__Your instructions__. When the line containing "e6 v7 v6 LINE" appears in the entries below, begin printing there and stop after the line containing "e10 v10 v11 LINE"; print each of those lines exactly and no other line.
***** Records for this exercise *****
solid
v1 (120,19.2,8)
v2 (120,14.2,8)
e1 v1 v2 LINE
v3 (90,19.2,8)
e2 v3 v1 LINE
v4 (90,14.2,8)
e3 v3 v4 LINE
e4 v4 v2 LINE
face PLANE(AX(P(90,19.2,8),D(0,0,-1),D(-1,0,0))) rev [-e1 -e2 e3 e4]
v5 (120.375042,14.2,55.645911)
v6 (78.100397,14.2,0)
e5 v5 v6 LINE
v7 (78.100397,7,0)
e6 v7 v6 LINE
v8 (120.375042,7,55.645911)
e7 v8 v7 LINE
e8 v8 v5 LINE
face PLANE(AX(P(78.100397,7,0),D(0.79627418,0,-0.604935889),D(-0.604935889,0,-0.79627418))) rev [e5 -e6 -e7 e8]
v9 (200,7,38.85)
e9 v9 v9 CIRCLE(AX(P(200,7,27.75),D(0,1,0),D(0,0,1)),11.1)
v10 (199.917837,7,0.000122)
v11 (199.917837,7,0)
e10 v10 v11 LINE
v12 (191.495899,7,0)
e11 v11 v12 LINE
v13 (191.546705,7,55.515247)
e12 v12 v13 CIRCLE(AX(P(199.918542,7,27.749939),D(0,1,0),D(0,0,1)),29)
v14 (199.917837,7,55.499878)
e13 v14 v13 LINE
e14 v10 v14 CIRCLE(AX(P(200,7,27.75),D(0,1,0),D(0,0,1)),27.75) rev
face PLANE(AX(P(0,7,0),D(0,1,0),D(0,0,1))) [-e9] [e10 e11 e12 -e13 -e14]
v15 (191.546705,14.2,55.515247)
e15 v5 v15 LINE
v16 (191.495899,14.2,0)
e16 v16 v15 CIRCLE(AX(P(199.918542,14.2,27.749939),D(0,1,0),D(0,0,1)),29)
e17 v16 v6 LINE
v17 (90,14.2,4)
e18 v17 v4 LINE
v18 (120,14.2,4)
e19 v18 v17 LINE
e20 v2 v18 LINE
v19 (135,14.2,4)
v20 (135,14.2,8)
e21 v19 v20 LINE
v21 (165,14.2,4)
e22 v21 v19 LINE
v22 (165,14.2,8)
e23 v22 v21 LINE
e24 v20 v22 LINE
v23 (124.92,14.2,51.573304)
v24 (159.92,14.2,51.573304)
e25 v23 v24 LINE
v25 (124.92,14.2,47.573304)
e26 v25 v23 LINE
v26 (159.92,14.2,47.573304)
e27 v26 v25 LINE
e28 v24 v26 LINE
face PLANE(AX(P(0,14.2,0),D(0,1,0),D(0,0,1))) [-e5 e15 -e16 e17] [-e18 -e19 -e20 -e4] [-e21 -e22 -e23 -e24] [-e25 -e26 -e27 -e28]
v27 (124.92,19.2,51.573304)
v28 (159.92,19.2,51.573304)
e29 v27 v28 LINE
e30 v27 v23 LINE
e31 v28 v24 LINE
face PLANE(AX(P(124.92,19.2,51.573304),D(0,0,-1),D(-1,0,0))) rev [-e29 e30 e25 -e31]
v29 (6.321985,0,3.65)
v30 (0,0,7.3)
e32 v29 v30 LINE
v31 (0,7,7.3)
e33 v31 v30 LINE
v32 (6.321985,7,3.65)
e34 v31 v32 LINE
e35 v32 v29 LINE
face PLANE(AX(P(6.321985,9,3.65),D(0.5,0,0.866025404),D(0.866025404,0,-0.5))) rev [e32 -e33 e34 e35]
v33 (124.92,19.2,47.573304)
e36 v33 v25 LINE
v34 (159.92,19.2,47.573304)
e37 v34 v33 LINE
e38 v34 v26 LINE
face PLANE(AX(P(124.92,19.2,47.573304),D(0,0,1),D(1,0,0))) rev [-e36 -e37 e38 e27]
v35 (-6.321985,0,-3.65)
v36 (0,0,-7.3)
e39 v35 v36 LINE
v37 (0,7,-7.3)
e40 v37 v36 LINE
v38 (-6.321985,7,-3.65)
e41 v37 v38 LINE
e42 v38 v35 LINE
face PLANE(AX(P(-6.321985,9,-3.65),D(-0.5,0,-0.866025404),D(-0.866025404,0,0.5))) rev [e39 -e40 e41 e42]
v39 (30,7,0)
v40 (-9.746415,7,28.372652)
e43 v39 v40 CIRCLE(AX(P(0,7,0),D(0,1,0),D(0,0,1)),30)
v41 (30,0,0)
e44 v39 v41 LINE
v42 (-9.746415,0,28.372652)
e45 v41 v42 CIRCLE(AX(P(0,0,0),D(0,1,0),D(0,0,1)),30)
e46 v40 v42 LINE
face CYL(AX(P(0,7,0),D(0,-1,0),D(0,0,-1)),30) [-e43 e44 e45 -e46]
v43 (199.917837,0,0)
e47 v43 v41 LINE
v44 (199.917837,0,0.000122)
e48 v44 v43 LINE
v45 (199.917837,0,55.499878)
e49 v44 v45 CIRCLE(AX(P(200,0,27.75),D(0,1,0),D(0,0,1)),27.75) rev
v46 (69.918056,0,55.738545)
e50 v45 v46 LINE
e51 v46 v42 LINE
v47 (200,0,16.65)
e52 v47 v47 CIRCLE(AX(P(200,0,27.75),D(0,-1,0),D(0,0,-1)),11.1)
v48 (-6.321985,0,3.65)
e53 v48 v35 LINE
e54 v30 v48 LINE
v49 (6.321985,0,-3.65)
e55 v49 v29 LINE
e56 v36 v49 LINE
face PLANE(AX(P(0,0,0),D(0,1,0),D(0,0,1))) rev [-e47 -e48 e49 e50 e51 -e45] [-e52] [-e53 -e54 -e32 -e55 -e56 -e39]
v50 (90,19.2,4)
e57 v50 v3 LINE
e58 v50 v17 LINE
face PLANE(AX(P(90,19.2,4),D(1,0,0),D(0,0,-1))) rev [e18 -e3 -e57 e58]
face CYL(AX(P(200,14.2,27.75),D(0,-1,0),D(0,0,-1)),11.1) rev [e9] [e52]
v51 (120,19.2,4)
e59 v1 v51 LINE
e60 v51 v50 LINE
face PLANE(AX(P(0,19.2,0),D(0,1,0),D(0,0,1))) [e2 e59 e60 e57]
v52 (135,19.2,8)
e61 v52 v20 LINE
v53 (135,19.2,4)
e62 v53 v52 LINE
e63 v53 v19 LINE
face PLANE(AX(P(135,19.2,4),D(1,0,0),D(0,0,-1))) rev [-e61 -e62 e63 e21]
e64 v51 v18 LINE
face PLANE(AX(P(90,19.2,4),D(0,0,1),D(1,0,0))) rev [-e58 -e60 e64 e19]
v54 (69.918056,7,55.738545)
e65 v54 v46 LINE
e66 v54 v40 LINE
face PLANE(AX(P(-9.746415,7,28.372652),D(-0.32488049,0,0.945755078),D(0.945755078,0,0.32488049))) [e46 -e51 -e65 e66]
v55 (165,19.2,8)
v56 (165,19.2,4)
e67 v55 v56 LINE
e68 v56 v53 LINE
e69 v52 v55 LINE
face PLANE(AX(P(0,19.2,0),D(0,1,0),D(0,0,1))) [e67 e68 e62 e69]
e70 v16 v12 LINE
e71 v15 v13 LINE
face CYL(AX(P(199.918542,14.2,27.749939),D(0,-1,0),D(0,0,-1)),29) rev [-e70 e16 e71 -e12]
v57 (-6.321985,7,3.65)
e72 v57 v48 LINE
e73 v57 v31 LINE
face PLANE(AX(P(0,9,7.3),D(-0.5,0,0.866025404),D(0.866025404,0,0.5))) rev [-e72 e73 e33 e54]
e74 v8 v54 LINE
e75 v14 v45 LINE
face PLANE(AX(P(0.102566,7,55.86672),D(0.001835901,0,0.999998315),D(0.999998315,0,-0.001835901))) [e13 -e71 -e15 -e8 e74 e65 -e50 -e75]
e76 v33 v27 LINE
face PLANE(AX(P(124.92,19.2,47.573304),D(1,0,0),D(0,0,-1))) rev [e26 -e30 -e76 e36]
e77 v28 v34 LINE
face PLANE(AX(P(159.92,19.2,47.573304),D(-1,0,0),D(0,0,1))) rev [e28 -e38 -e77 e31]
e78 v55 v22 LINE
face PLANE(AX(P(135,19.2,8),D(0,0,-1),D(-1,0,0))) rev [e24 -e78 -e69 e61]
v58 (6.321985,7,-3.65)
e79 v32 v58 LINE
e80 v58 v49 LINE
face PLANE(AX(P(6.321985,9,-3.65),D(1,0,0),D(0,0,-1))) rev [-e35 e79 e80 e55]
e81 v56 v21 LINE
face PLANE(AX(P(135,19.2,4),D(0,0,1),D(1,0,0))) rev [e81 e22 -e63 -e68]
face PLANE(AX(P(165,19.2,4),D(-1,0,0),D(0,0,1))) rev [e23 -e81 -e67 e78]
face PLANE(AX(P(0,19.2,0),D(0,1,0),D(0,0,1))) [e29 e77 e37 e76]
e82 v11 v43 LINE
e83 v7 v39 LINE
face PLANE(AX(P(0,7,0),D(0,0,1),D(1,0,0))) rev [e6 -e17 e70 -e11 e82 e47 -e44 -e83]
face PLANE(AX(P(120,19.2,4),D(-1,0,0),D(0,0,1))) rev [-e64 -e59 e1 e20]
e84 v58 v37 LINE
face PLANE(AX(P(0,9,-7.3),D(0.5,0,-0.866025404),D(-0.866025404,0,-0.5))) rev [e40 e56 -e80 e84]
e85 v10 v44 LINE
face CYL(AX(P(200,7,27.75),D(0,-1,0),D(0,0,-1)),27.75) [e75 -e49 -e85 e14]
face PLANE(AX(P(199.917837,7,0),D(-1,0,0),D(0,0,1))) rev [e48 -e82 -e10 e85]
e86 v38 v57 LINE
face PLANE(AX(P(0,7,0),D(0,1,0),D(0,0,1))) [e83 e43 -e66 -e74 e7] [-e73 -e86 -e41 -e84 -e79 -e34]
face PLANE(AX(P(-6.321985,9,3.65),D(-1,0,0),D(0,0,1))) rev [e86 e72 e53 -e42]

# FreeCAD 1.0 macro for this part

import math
import FreeCAD as App
import Part
import Sketcher
from FreeCAD import Vector
Q = App.Units.Quantity


def add_polygon(sketch, points):
    """Adds a closed chain of lines whose ends are joined by coincident constraints."""
    first, n = sketch.GeometryCount, len(points)
    for a, b in zip(points, points[1:] + points[:1]):
        sketch.addGeometry(Part.LineSegment(App.Vector(*a, 0), App.Vector(*b, 0)), False)
    for i in range(n):
        sketch.addConstraint(Sketcher.Constraint("Coincident", first + i, 2, first + (i + 1) % n, 1))

doc = App.newDocument("Part")
body = doc.addObject("PartDesign::Body", "Body")

# Sketch on XZ plane
sketch1 = body.newObject("Sketcher::SketchObject", "Sketch")
sketch1.AttachmentSupport = (doc.getObject("XZ_Plane"), [""])
sketch1.MapMode = "FlatFace"
sketch1.addGeometry([
    Part.LineSegment(Vector(199.917837, 0, 0), Vector(30, 0, 0)),  # 0
    Part.ArcOfCircle(Part.Circle(Vector(0, 0, 0), Vector(0, 0, 1), 30), math.radians(108.958335), math.radians(360)),  # 1
    Part.LineSegment(Vector(-9.746415, 28.372652, 0), Vector(69.918056, 55.738545, 0)),  # 2
    Part.LineSegment(Vector(69.918056, 55.738545, 0), Vector(199.917837, 55.499878, 0)),  # 3
    Part.ArcOfCircle(Part.Circle(Vector(200, 27.75, 0), Vector(0, 0, 1), 27.75), math.radians(-90.169643), math.radians(90.169643)),  # 4
    Part.LineSegment(Vector(199.917837, 0.000122, 0), Vector(199.917837, 0, 0)),  # 5
], False)
sketch1.addConstraint([
    Sketcher.Constraint("Coincident", 0, 2, 1, 2),
    Sketcher.Constraint("Tangent", 1, 1, 2, 1),
    Sketcher.Constraint("Coincident", 2, 2, 3, 1),
    Sketcher.Constraint("Coincident", 3, 2, 4, 2),
    Sketcher.Constraint("Coincident", 4, 1, 5, 1),
    Sketcher.Constraint("Coincident", 5, 2, 0, 1),
    Sketcher.Constraint("Horizontal", 0),
    Sketcher.Constraint("Vertical", 5),
    Sketcher.Constraint("Coincident", 1, 3, -1, 1),
    Sketcher.Constraint("PointOnObject", 0, 2, -1),
    Sketcher.Constraint("Vertical", 3, 2, 4, 1),
    Sketcher.Constraint("Radius", 1, 30.0),
    Sketcher.Constraint("Radius", 4, 27.75),
    Sketcher.Constraint("Distance", 3, 130.0),
    Sketcher.Constraint("DistanceX", -1, 1, 4, 3, 200.0),
    Sketcher.Constraint("DistanceY", -1, 1, 4, 3, 27.75),
    Sketcher.Constraint("DistanceX", 0, 2, 0, 1, 169.917837),
    Sketcher.Constraint("DistanceX", 1, 1, 2, 2, 79.664471),
])
pad1 = body.newObject("PartDesign::Pad", "Pad")
pad1.Profile = sketch1
pad1.Length = 7
pad1.Reversed = True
*****
__Problem solution__.
e6 v7 v6 LINE
v8 (120.375042,7,55.645911)
e7 v8 v7 LINE
e8 v8 v5 LINE
face PLANE(AX(P(78.100397,7,0),D(0.79627418,0,-0.604935889),D(-0.604935889,0,-0.79627418))) rev [e5 -e6 -e7 e8]
v9 (200,7,38.85)
e9 v9 v9 CIRCLE(AX(P(200,7,27.75),D(0,1,0),D(0,0,1)),11.1)
v10 (199.917837,7,0.000122)
v11 (199.917837,7,0)
e10 v10 v11 LINE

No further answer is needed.